◆ Task:
Nothing in the records below may change; print them all exactly.

[Stored data]
------------------------------------
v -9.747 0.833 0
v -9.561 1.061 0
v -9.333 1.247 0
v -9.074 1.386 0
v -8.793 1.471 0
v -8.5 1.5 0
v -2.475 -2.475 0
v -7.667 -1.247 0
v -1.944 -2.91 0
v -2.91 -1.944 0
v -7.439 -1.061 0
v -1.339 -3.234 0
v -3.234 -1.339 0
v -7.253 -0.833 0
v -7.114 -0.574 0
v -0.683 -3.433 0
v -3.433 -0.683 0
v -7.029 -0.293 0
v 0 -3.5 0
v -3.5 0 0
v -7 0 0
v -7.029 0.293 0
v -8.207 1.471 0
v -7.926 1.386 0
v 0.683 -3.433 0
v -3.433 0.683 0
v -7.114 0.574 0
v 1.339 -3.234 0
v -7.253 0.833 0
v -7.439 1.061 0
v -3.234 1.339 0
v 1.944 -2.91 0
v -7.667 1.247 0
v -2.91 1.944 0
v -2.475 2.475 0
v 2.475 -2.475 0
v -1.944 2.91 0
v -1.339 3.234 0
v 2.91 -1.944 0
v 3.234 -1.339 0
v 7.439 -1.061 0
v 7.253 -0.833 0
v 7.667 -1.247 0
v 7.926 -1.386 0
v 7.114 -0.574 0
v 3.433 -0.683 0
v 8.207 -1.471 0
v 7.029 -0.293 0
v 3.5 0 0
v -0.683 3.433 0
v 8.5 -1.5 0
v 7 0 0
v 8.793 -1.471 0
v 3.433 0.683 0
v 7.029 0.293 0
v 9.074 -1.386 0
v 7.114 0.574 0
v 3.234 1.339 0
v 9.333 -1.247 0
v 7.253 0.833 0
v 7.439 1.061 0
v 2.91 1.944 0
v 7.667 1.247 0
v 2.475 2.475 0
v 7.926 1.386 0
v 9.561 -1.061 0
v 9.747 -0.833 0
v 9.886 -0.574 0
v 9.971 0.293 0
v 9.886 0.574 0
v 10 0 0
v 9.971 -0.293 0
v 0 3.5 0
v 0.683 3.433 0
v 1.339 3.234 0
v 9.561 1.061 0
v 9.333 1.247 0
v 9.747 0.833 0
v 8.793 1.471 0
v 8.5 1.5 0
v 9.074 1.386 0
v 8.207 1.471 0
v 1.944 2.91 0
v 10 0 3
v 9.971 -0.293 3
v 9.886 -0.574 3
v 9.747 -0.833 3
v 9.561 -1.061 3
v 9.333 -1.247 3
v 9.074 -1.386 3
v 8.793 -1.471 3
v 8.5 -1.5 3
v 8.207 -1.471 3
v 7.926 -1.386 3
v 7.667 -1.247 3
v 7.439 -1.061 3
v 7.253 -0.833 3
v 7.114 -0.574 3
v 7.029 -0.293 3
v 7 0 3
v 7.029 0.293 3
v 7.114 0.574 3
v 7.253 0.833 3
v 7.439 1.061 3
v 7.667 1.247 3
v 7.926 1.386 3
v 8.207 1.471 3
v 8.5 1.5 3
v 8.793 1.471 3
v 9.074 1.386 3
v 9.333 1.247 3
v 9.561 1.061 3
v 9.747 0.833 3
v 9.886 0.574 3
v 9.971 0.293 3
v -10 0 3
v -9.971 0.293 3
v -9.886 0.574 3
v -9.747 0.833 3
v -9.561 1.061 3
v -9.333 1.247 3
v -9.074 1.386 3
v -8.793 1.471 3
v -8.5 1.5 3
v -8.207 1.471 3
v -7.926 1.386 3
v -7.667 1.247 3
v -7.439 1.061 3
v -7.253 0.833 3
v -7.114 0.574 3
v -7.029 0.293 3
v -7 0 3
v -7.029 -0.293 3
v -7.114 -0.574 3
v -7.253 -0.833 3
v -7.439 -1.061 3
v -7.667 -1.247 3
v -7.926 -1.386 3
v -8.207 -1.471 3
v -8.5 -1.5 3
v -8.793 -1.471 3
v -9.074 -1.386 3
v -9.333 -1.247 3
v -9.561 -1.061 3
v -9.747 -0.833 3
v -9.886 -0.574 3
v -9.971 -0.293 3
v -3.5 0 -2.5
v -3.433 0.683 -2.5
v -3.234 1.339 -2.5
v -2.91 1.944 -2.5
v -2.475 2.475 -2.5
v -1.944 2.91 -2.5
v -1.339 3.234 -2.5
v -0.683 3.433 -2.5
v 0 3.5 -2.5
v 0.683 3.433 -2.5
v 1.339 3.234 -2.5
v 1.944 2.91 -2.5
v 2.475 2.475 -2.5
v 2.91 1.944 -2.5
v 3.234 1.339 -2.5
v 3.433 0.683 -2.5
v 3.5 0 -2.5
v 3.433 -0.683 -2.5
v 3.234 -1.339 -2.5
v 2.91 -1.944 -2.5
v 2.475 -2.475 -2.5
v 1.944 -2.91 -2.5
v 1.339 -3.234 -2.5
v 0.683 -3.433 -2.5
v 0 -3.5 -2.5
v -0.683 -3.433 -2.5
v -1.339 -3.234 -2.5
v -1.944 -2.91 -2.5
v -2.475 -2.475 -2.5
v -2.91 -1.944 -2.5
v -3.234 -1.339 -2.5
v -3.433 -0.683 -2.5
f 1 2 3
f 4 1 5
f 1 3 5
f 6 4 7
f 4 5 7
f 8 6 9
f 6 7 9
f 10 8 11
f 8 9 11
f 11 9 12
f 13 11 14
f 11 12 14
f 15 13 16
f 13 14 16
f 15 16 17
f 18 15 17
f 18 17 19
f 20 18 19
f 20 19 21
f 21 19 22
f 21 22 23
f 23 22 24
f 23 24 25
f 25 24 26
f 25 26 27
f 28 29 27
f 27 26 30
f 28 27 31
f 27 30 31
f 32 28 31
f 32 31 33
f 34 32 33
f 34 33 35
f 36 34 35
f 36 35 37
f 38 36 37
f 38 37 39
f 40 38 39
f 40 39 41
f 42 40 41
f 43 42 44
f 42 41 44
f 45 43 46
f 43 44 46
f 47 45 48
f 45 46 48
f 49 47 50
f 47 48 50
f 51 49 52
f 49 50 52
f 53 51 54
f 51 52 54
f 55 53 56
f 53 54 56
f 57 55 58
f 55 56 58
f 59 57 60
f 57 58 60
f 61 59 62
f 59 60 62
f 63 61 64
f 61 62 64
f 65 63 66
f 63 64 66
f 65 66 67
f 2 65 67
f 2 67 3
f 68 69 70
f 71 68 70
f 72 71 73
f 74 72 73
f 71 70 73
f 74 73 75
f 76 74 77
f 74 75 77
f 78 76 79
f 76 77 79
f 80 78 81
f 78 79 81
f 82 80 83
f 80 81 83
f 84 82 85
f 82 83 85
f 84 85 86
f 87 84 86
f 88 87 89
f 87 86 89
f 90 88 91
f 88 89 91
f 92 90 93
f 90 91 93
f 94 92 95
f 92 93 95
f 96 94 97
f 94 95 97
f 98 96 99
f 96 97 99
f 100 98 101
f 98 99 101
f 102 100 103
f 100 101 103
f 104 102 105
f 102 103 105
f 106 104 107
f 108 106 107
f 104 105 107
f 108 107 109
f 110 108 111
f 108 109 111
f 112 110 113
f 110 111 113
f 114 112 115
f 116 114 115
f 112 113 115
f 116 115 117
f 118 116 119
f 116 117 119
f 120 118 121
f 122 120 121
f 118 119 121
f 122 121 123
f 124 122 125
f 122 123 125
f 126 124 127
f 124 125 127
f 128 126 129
------------------------------------
◆ Result of the task:
v -9.747 0.833 0
v -9.561 1.061 0
v -9.333 1.247 0
v -9.074 1.386 0
v -8.793 1.471 0
v -8.5 1.5 0
v -2.475 -2.475 0
v -7.667 -1.247 0
v -1.944 -2.91 0
v -2.91 -1.944 0
v -7.439 -1.061 0
v -1.339 -3.234 0
v -3.234 -1.339 0
v -7.253 -0.833 0
v -7.114 -0.574 0
v -0.683 -3.433 0
v -3.433 -0.683 0
v -7.029 -0.293 0
v 0 -3.5 0
v -3.5 0 0
v -7 0 0
v -7.029 0.293 0
v -8.207 1.471 0
v -7.926 1.386 0
v 0.683 -3.433 0
v -3.433 0.683 0
v -7.114 0.574 0
v 1.339 -3.234 0
v -7.253 0.833 0
v -7.439 1.061 0
v -3.234 1.339 0
v 1.944 -2.91 0
v -7.667 1.247 0
v -2.91 1.944 0
v -2.475 2.475 0
v 2.475 -2.475 0
v -1.944 2.91 0
v -1.339 3.234 0
v 2.91 -1.944 0
v 3.234 -1.339 0
v 7.439 -1.061 0
v 7.253 -0.833 0
v 7.667 -1.247 0
v 7.926 -1.386 0
v 7.114 -0.574 0
v 3.433 -0.683 0
v 8.207 -1.471 0
v 7.029 -0.293 0
v 3.5 0 0
v -0.683 3.433 0
v 8.5 -1.5 0
v 7 0 0
v 8.793 -1.471 0
v 3.433 0.683 0
v 7.029 0.293 0
v 9.074 -1.386 0
v 7.114 0.574 0
v 3.234 1.339 0
v 9.333 -1.247 0
v 7.253 0.833 0
v 7.439 1.061 0
v 2.91 1.944 0
v 7.667 1.247 0
v 2.475 2.475 0
v 7.926 1.386 0
v 9.561 -1.061 0
v 9.747 -0.833 0
v 9.886 -0.574 0
v 9.971 0.293 0
v 9.886 0.574 0
v 10 0 0
v 9.971 -0.293 0
v 0 3.5 0
v 0.683 3.433 0
v 1.339 3.234 0
v 9.561 1.061 0
v 9.333 1.247 0
v 9.747 0.833 0
v 8.793 1.471 0
v 8.5 1.5 0
v 9.074 1.386 0
v 8.207 1.471 0
v 1.944 2.91 0
v 10 0 3
v 9.971 -0.293 3
v 9.886 -0.574 3
v 9.747 -0.833 3
v 9.561 -1.061 3
v 9.333 -1.247 3
v 9.074 -1.386 3
v 8.793 -1.471 3
v 8.5 -1.5 3
v 8.207 -1.471 3
v 7.926 -1.386 3
v 7.667 -1.247 3
v 7.439 -1.061 3
v 7.253 -0.833 3
v 7.114 -0.574 3
v 7.029 -0.293 3
v 7 0 3
v 7.029 0.293 3
v 7.114 0.574 3
v 7.253 0.833 3
v 7.439 1.061 3
v 7.667 1.247 3
v 7.926 1.386 3
v 8.207 1.471 3
v 8.5 1.5 3
v 8.793 1.471 3
v 9.074 1.386 3
v 9.333 1.247 3
v 9.561 1.061 3
v 9.747 0.833 3
v 9.886 0.574 3
v 9.971 0.293 3
v -10 0 3
v -9.971 0.293 3
v -9.886 0.574 3
v -9.747 0.833 3
v -9.561 1.061 3
v -9.333 1.247 3
v -9.074 1.386 3
v -8.793 1.471 3
v -8.5 1.5 3
v -8.207 1.471 3
v -7.926 1.386 3
v -7.667 1.247 3
v -7.439 1.061 3
v -7.253 0.833 3
v -7.114 0.574 3
v -7.029 0.293 3
v -7 0 3
v -7.029 -0.293 3
v -7.114 -0.574 3
v -7.253 -0.833 3
v -7.439 -1.061 3
v -7.667 -1.247 3
v -7.926 -1.386 3
v -8.207 -1.471 3
v -8.5 -1.5 3
v -8.793 -1.471 3
v -9.074 -1.386 3
v -9.333 -1.247 3
v -9.561 -1.061 3
v -9.747 -0.833 3
v -9.886 -0.574 3
v -9.971 -0.293 3
v -3.5 0 -2.5
v -3.433 0.683 -2.5
v -3.234 1.339 -2.5
v -2.91 1.944 -2.5
v -2.475 2.475 -2.5
v -1.944 2.91 -2.5
v -1.339 3.234 -2.5
v -0.683 3.433 -2.5
v 0 3.5 -2.5
v 0.683 3.433 -2.5
v 1.339 3.234 -2.5
v 1.944 2.91 -2.5
v 2.475 2.475 -2.5
v 2.91 1.944 -2.5
v 3.234 1.339 -2.5
v 3.433 0.683 -2.5
v 3.5 0 -2.5
v 3.433 -0.683 -2.5
v 3.234 -1.339 -2.5
v 2.91 -1.944 -2.5
v 2.475 -2.475 -2.5
v 1.944 -2.91 -2.5
v 1.339 -3.234 -2.5
v 0.683 -3.433 -2.5
v 0 -3.5 -2.5
v -0.683 -3.433 -2.5
v -1.339 -3.234 -2.5
v -1.944 -2.91 -2.5
v -2.475 -2.475 -2.5
v -2.91 -1.944 -2.5
v -3.234 -1.339 -2.5
v -3.433 -0.683 -2.5
f 1 2 3
f 4 1 5
f 1 3 5
f 6 4 7
f 4 5 7
f 8 6 9
f 6 7 9
f 10 8 11
f 8 9 11
f 11 9 12
f 13 11 14
f 11 12 14
f 15 13 16
f 13 14 16
f 15 16 17
f 18 15 17
f 18 17 19
f 20 18 19
f 20 19 21
f 21 19 22
f 21 22 23
f 23 22 24
f 23 24 25
f 25 24 26
f 25 26 27
f 28 29 27
f 27 26 30
f 28 27 31
f 27 30 31
f 32 28 31
f 32 31 33
f 34 32 33
f 34 33 35
f 36 34 35
f 36 35 37
f 38 36 37
f 38 37 39
f 40 38 39
f 40 39 41
f 42 40 41
f 43 42 44
f 42 41 44
f 45 43 46
f 43 44 46
f 47 45 48
f 45 46 48
f 49 47 50
f 47 48 50
f 51 49 52
f 49 50 52
f 53 51 54
f 51 52 54
f 55 53 56
f 53 54 56
f 57 55 58
f 55 56 58
f 59 57 60
f 57 58 60
f 61 59 62
f 59 60 62
f 63 61 64
f 61 62 64
f 65 63 66
f 63 64 66
f 65 66 67
f 2 65 67
f 2 67 3
f 68 69 70
f 71 68 70
f 72 71 73
f 74 72 73
f 71 70 73
f 74 73 75
f 76 74 77
f 74 75 77
f 78 76 79
f 76 77 79
f 80 78 81
f 78 79 81
f 82 80 83
f 80 81 83
f 84 82 85
f 82 83 85
f 84 85 86
f 87 84 86
f 88 87 89
f 87 86 89
f 90 88 91
f 88 89 91
f 92 90 93
f 90 91 93
f 94 92 95
f 92 93 95
f 96 94 97
f 94 95 97
f 98 96 99
f 96 97 99
f 100 98 101
f 98 99 101
f 102 100 103
f 100 101 103
f 104 102 105
f 102 103 105
f 106 104 107
f 108 106 107
f 104 105 107
f 108 107 109
f 110 108 111
f 108 109 111
f 112 110 113
f 110 111 113
f 114 112 115
f 116 114 115
f 112 113 115
f 116 115 117
f 118 116 119
f 116 117 119
f 120 118 121
f 122 120 121
f 118 119 121
f 122 121 123
f 124 122 125
f 122 123 125
f 126 124 127
f 124 125 127
f 128 126 129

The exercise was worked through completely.